::: Entries supplied

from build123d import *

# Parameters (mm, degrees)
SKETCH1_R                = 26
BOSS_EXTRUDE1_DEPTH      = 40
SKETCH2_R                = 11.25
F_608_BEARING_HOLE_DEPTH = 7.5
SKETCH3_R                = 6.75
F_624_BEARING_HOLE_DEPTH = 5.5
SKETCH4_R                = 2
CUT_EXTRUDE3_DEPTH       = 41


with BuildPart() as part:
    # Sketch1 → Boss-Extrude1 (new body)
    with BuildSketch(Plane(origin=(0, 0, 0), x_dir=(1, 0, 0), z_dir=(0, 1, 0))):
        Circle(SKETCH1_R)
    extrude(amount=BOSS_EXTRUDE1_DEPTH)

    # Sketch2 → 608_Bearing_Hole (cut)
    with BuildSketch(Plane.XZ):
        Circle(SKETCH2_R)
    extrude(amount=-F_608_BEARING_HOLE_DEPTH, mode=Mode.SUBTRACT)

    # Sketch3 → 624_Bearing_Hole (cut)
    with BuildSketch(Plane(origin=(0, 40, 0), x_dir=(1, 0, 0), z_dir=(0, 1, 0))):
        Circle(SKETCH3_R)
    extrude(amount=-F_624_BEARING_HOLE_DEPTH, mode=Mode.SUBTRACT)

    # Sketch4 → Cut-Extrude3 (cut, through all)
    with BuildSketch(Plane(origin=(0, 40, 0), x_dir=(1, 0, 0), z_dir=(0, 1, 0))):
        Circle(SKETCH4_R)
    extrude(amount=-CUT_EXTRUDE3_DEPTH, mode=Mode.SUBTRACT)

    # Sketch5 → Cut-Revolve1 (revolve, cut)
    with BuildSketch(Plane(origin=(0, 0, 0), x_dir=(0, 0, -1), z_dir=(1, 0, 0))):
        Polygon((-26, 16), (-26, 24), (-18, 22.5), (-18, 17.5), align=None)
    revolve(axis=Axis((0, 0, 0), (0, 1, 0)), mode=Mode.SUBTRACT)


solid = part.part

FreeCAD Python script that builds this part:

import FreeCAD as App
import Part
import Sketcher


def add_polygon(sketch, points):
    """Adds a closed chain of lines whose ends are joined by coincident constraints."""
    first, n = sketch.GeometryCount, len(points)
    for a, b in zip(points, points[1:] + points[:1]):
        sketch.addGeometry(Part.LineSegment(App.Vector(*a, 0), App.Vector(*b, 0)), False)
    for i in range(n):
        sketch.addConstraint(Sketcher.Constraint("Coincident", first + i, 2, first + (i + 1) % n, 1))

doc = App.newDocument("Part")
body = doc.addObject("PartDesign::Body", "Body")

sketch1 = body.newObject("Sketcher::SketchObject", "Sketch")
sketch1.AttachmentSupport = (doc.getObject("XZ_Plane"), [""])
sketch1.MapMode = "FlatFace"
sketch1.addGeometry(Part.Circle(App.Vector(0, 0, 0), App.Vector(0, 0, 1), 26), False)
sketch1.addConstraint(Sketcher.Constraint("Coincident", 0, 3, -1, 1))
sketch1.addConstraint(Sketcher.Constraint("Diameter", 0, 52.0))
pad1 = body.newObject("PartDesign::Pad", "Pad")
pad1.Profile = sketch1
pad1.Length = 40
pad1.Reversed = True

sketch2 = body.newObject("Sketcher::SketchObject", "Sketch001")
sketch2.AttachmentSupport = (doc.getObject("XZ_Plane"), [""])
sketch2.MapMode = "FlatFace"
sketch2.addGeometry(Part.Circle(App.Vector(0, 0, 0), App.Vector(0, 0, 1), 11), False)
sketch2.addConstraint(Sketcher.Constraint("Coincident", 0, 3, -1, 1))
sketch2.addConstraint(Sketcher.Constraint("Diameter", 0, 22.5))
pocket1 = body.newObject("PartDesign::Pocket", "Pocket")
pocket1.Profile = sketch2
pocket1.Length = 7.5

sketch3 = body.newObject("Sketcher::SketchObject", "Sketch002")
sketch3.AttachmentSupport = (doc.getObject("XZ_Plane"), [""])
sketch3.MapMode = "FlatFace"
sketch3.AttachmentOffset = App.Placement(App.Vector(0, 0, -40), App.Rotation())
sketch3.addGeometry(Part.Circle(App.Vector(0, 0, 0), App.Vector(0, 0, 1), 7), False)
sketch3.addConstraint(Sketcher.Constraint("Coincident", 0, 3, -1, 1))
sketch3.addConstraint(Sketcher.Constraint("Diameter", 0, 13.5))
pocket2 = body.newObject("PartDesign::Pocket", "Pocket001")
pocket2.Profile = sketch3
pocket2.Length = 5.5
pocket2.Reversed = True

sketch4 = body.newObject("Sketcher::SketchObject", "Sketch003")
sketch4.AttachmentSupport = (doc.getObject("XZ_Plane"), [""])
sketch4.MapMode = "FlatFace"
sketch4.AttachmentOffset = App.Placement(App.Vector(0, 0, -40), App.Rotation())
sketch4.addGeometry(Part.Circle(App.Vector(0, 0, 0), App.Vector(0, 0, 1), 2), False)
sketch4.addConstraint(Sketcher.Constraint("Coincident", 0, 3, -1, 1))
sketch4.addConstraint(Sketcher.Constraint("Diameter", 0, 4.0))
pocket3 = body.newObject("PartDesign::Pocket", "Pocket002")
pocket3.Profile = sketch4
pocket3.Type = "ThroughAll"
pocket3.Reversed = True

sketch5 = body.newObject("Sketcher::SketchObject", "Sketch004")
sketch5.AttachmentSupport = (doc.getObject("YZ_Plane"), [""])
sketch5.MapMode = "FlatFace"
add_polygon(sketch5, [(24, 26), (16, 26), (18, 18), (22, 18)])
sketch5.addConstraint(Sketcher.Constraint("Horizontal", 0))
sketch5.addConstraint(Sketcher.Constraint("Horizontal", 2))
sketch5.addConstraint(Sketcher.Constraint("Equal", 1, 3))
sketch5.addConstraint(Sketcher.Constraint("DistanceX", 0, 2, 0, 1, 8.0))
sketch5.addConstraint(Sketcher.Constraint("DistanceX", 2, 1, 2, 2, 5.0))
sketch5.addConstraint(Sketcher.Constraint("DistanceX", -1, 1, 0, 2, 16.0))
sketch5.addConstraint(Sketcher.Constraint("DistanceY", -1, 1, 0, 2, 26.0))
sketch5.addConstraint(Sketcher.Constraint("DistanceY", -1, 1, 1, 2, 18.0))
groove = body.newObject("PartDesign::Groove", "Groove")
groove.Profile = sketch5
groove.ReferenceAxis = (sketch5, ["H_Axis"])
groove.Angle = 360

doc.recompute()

::::::
::: Entries supplied

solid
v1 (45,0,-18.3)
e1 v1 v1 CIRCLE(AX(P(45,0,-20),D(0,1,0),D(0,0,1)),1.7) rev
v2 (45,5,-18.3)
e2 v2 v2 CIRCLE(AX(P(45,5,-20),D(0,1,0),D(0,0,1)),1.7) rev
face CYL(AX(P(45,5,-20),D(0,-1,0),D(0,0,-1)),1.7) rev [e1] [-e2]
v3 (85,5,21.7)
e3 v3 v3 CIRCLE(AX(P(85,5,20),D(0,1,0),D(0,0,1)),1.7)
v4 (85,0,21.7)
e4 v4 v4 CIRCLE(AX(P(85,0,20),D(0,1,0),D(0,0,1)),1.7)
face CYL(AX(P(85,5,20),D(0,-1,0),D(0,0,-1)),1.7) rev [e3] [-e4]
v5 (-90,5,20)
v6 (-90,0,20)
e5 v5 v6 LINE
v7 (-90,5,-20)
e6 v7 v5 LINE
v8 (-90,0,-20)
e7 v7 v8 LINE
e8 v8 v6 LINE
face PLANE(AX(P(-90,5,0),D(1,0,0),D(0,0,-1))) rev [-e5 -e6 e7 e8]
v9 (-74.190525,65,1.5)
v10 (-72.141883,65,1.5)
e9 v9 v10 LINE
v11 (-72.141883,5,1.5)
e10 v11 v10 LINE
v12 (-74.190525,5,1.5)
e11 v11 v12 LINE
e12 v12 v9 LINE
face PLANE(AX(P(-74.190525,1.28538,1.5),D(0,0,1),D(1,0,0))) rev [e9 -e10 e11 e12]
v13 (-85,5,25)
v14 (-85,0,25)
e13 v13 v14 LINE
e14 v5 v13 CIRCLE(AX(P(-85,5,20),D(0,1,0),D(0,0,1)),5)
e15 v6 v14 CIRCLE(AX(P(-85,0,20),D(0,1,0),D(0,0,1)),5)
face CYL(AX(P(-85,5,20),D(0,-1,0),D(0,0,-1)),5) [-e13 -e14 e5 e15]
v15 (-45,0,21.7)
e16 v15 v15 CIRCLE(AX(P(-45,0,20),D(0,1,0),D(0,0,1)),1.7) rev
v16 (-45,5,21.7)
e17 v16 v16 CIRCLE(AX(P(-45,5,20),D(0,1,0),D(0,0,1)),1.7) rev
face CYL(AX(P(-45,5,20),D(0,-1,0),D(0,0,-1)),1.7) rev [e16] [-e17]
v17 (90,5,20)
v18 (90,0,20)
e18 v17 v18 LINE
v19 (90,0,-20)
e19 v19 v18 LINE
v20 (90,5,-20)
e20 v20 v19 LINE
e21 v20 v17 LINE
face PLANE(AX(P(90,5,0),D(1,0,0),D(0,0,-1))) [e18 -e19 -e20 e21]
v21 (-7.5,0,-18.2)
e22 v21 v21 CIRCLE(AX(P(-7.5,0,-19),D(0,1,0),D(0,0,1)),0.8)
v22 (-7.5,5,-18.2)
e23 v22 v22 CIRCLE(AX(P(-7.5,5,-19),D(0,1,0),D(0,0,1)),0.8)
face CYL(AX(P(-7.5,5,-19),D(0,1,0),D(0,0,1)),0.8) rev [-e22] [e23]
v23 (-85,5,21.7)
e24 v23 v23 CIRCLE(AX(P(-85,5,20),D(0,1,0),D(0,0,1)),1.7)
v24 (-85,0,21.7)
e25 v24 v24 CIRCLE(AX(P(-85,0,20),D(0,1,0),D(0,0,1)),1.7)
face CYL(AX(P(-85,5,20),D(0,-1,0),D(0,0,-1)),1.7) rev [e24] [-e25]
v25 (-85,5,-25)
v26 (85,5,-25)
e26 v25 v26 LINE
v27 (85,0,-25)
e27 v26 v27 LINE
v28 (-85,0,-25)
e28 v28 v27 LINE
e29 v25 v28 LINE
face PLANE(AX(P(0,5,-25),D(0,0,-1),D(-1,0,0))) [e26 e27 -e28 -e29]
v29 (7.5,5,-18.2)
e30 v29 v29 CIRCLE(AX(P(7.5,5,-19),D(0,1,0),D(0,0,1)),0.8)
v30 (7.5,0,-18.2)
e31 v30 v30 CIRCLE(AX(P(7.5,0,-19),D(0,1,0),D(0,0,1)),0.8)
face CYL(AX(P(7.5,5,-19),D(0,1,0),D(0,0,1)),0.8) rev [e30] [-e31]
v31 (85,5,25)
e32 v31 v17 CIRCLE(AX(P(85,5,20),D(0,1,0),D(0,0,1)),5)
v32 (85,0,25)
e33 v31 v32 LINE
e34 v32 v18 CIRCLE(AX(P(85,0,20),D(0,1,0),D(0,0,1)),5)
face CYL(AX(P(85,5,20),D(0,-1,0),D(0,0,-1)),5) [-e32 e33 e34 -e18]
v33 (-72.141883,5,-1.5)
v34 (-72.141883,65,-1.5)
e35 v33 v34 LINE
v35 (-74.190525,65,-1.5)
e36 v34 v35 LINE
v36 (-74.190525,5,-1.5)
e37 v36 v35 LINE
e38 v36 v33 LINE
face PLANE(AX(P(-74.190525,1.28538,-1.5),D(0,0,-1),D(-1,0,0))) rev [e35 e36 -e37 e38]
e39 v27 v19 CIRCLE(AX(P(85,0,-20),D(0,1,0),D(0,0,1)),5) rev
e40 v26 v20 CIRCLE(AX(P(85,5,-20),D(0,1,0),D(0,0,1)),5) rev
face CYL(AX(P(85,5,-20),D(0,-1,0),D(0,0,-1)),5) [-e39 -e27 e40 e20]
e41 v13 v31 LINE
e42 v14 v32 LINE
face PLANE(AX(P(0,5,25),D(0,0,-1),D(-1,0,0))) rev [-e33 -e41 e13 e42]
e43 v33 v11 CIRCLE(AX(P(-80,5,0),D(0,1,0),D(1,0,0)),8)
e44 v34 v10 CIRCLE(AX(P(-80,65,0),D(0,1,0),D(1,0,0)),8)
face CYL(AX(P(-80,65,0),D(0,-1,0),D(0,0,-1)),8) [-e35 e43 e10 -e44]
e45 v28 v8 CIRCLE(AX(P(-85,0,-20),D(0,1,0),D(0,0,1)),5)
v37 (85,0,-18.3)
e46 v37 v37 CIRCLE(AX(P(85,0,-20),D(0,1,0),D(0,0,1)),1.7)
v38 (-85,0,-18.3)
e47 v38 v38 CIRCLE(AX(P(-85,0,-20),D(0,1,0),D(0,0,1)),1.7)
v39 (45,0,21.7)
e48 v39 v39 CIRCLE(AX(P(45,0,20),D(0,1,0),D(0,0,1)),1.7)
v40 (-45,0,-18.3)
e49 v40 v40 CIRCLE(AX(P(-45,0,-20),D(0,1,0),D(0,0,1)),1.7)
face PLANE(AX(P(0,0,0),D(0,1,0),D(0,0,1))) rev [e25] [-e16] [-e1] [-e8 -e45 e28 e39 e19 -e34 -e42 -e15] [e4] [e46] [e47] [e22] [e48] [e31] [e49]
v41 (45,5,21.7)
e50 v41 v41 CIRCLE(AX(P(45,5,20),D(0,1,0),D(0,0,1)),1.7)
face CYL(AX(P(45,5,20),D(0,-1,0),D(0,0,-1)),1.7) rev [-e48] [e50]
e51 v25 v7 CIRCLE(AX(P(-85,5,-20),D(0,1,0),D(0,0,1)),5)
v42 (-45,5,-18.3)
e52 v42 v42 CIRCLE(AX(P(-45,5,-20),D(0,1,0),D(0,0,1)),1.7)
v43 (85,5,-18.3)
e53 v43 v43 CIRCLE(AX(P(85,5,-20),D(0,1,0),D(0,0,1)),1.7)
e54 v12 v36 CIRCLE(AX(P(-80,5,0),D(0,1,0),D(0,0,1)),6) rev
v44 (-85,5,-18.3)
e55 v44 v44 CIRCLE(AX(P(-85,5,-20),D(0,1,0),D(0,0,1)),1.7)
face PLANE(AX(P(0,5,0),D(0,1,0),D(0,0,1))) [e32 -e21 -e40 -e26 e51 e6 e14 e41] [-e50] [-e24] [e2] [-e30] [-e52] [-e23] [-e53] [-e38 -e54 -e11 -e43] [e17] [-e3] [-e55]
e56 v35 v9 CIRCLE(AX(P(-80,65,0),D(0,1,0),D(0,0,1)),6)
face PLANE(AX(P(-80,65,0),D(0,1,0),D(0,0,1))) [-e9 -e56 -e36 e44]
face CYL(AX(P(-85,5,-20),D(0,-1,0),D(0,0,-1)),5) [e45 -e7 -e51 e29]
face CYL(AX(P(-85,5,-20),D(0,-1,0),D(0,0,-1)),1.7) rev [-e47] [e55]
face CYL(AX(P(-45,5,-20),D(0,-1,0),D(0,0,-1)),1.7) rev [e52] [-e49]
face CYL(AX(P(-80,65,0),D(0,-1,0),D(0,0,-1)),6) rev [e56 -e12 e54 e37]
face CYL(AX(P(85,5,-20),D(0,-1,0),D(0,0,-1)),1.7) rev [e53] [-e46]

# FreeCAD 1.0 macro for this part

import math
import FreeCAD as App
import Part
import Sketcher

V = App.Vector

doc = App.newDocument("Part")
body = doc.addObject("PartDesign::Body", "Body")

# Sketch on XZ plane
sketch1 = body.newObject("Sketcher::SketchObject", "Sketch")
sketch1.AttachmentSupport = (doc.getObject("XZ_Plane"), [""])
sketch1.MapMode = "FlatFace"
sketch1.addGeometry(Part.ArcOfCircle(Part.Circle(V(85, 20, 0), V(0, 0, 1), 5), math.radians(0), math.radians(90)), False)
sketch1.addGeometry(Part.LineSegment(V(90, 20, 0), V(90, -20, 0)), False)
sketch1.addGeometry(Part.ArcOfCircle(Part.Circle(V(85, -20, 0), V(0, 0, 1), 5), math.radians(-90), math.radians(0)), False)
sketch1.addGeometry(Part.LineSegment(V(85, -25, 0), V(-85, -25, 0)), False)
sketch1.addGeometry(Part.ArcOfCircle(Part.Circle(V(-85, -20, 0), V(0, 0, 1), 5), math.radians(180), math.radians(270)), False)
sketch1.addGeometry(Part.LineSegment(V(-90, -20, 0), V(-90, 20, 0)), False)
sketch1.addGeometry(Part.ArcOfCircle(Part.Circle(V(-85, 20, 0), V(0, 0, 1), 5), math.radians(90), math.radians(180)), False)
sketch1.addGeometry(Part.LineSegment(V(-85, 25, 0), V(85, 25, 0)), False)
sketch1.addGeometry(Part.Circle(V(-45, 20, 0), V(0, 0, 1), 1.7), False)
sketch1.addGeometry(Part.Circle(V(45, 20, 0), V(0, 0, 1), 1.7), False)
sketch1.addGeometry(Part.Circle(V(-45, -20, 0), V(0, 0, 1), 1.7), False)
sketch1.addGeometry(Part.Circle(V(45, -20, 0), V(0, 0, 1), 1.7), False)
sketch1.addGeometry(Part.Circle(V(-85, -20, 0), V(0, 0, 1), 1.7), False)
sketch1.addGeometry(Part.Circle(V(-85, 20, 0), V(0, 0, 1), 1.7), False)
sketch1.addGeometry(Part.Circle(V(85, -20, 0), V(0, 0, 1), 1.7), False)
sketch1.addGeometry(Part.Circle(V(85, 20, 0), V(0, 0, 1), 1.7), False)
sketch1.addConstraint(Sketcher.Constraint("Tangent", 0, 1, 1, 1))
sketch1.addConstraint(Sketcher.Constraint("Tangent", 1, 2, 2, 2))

::::::
::: Entries supplied

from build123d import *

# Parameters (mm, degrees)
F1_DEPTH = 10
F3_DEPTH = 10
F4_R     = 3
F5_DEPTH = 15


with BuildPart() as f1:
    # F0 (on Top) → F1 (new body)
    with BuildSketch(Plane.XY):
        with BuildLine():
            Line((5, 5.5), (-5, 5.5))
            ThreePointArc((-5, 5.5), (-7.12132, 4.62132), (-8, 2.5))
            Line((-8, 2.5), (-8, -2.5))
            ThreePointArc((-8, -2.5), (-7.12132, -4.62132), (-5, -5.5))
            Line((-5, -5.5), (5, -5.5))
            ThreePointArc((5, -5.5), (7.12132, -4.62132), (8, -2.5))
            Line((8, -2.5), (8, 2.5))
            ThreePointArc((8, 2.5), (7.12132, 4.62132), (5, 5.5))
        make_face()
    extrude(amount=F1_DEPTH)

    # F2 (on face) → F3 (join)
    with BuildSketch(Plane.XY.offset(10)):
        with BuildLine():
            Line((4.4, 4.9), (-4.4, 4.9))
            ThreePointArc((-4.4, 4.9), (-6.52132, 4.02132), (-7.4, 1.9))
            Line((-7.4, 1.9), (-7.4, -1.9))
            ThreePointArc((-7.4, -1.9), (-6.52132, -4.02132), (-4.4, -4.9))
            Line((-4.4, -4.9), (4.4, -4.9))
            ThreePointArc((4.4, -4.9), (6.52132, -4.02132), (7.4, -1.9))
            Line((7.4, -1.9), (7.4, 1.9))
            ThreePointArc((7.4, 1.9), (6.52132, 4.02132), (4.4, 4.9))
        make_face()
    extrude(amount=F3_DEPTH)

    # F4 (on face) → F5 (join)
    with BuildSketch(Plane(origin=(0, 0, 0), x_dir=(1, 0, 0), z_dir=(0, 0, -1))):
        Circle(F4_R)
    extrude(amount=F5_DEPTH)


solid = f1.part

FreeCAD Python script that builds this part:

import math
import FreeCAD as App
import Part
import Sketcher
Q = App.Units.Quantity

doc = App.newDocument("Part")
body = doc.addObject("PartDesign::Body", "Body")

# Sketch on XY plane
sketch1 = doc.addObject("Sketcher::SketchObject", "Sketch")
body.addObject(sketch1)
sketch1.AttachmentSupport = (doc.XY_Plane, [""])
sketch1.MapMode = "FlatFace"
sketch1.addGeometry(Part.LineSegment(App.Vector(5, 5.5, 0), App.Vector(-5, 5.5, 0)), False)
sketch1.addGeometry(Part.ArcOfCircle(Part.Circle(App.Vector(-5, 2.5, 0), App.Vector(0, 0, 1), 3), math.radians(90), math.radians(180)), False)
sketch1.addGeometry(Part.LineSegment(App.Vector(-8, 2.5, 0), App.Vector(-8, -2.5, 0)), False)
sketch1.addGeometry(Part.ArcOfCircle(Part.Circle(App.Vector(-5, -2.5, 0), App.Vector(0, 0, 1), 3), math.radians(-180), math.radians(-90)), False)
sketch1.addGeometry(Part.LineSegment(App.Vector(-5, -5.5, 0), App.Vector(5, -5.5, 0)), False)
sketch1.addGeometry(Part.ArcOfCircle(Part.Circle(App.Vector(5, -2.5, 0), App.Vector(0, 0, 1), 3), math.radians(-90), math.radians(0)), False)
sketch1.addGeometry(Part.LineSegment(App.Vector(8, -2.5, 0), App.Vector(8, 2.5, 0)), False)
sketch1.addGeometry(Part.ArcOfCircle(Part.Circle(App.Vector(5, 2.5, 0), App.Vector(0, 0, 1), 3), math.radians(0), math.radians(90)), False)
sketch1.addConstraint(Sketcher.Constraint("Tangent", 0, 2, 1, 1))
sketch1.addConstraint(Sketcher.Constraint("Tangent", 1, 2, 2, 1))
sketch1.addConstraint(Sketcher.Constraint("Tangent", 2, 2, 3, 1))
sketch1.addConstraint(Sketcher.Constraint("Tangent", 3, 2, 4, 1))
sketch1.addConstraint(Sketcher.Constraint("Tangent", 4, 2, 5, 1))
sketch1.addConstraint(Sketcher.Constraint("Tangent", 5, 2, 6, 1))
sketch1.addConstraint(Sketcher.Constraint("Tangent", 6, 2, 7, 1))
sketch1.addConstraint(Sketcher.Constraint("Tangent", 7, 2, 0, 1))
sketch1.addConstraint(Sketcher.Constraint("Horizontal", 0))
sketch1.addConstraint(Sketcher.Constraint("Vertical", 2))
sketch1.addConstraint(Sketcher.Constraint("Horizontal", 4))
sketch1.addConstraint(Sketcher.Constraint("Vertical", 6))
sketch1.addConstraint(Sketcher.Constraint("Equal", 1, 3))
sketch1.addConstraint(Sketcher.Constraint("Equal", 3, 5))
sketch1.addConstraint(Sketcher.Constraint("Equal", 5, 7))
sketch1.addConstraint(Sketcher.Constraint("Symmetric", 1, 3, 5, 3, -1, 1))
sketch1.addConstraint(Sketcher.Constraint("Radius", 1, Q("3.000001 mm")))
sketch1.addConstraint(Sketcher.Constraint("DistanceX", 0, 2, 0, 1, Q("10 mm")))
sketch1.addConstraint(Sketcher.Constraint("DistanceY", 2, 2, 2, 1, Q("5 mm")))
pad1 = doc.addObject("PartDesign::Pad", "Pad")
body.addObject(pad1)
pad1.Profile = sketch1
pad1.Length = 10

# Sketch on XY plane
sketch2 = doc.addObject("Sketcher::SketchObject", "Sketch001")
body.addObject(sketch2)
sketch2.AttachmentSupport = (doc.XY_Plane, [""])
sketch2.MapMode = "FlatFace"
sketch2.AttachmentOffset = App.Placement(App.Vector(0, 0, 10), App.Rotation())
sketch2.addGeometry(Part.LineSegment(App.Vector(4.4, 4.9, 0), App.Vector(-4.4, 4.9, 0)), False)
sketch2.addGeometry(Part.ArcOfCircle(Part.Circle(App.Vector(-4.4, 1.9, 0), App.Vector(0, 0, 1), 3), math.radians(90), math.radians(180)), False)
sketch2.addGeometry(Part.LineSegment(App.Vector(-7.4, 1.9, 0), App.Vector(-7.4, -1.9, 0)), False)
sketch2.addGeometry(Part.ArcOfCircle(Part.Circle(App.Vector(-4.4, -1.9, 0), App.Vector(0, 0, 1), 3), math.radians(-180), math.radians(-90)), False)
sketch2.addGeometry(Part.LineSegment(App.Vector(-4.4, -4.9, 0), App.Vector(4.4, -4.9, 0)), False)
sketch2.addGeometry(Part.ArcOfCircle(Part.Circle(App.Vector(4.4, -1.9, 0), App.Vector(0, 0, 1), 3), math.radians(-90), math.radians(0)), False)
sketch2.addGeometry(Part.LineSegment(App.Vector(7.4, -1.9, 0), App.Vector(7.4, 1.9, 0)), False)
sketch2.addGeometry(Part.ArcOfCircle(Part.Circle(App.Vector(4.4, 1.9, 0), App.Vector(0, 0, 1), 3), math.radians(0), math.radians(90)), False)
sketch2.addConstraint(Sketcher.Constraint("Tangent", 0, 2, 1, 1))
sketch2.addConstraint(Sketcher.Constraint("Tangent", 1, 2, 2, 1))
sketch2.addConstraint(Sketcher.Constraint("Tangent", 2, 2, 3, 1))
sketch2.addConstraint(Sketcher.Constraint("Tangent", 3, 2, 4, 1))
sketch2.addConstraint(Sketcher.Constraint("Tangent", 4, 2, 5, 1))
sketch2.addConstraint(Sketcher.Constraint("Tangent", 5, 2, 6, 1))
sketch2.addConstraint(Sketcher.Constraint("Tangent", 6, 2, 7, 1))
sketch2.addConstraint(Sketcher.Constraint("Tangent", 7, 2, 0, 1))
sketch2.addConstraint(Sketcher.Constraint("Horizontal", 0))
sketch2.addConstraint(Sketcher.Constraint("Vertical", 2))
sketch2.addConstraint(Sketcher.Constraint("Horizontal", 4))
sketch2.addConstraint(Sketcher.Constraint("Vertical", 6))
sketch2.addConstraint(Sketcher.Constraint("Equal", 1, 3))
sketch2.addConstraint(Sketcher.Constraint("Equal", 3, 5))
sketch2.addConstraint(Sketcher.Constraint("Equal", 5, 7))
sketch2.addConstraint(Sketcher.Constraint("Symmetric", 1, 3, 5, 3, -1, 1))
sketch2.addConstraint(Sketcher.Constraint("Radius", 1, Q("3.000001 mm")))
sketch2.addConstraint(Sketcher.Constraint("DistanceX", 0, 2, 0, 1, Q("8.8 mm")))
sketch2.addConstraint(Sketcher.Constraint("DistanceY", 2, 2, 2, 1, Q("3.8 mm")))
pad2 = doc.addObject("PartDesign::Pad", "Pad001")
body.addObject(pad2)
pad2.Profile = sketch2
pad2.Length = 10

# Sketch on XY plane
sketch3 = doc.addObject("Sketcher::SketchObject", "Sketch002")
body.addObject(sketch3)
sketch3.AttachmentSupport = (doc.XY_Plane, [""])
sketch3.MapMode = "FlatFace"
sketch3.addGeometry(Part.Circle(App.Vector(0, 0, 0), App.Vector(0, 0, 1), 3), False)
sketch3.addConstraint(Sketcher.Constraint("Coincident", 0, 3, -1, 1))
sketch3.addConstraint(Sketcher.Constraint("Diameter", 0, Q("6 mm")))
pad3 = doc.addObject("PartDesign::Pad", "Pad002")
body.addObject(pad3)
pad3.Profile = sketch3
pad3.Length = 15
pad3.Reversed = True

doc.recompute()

::::::

* Task to complete: Print exactly the lines above from the one with "e33 v31 v32 LINE" to the one with "face PLANE(AX(P(0,5,25),D(0,0,-1),D(-1,0,0))) rev", including both.

* Task result:
e33 v31 v32 LINE
e34 v32 v18 CIRCLE(AX(P(85,0,20),D(0,1,0),D(0,0,1)),5)
face CYL(AX(P(85,5,20),D(0,-1,0),D(0,0,-1)),5) [-e32 e33 e34 -e18]
v33 (-72.141883,5,-1.5)
v34 (-72.141883,65,-1.5)
e35 v33 v34 LINE
v35 (-74.190525,65,-1.5)
e36 v34 v35 LINE
v36 (-74.190525,5,-1.5)
e37 v36 v35 LINE
e38 v36 v33 LINE
face PLANE(AX(P(-74.190525,1.28538,-1.5),D(0,0,-1),D(-1,0,0))) rev [e35 e36 -e37 e38]
e39 v27 v19 CIRCLE(AX(P(85,0,-20),D(0,1,0),D(0,0,1)),5) rev
e40 v26 v20 CIRCLE(AX(P(85,5,-20),D(0,1,0),D(0,0,1)),5) rev
face CYL(AX(P(85,5,-20),D(0,-1,0),D(0,0,-1)),5) [-e39 -e27 e40 e20]
e41 v13 v31 LINE
e42 v14 v32 LINE
face PLANE(AX(P(0,5,25),D(0,0,-1),D(-1,0,0))) rev [-e33 -e41 e13 e42]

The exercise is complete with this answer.